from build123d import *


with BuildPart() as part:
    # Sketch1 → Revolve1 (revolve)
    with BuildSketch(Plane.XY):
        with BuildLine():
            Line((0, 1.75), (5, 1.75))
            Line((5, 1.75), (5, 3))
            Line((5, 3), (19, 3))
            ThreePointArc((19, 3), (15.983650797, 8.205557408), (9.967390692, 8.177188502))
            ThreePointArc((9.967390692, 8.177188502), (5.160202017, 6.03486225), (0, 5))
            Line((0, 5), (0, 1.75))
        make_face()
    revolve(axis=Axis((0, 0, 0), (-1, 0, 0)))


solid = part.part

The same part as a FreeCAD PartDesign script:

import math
import FreeCAD as App
import Part
import Sketcher
Q = App.Units.Quantity

doc = App.newDocument("Part")
body = doc.addObject("PartDesign::Body", "Body")

# Sketch on XY plane
sketch1 = body.newObject("Sketcher::SketchObject", "Sketch")
sketch1.AttachmentSupport = (doc.getObject("XY_Plane"), [""])
sketch1.MapMode = "FlatFace"
sketch1.addGeometry([
    Part.LineSegment(App.Vector(0, 1.8, 0), App.Vector(5, 1.8, 0)),  # 0
    Part.LineSegment(App.Vector(5, 1.8, 0), App.Vector(5, 3, 0)),  # 1
    Part.LineSegment(App.Vector(5, 3, 0), App.Vector(19, 3, 0)),  # 2
    Part.ArcOfCircle(Part.Circle(App.Vector(13, 3, 0), App.Vector(0, 0, 1), 6), math.radians(0), math.radians(120)),  # 3
    Part.ArcOfCircle(Part.Circle(App.Vector(-2.1, 28.7, 0), App.Vector(0, 0, 1), 23.8), math.radians(-85), math.radians(-60)),  # 4
    Part.LineSegment(App.Vector(0, 5, 0), App.Vector(0, 1.8, 0)),  # 5
], False)
sketch1.addConstraint([
    Sketcher.Constraint("Coincident", 0, 2, 1, 1),
    Sketcher.Constraint("Coincident", 1, 2, 2, 1),
    Sketcher.Constraint("Coincident", 2, 2, 3, 1),
    Sketcher.Constraint("Tangent", 3, 2, 4, 2),
    Sketcher.Constraint("Coincident", 4, 1, 5, 1),
    Sketcher.Constraint("Coincident", 5, 2, 0, 1),
    Sketcher.Constraint("Horizontal", 0),
    Sketcher.Constraint("Vertical", 1),
    Sketcher.Constraint("Horizontal", 2),
    Sketcher.Constraint("Vertical", 5),
    Sketcher.Constraint("PointOnObject", 4, 1, -2),
    Sketcher.Constraint("Horizontal", 3, 3, 1, 2),
    Sketcher.Constraint("Radius", 3, Q("6 mm")),
    Sketcher.Constraint("DistanceX", 0, 1, 0, 2, Q("5 mm")),
    Sketcher.Constraint("DistanceX", 2, 1, 2, 2, Q("14 mm")),
    Sketcher.Constraint("DistanceY", -1, 1, 3, 3, Q("3 mm")),
    Sketcher.Constraint("DistanceY", -1, 1, 4, 1, Q("5 mm")),
    Sketcher.Constraint("DistanceY", 1, 1, 1, 2, Q("1.25 mm")),
    Sketcher.Constraint("Radius", 4, Q("23.829519 mm")),
])
revolution = body.newObject("PartDesign::Revolution", "Revolution")
revolution.Profile = sketch1
revolution.ReferenceAxis = (sketch1, ["H_Axis"])
revolution.Angle = 360

doc.recompute()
================
→ **PROBLEM STATEMENT**:
Retype exactly the span of lines from the one with "make_face()" through the one with "The same part"; include both ends and omit the rest of the material.

→ **TASK SOLUTION**:
        make_face()
    revolve(axis=Axis((0, 0, 0), (-1, 0, 0)))


solid = part.part

The same part as a FreeCAD PartDesign script:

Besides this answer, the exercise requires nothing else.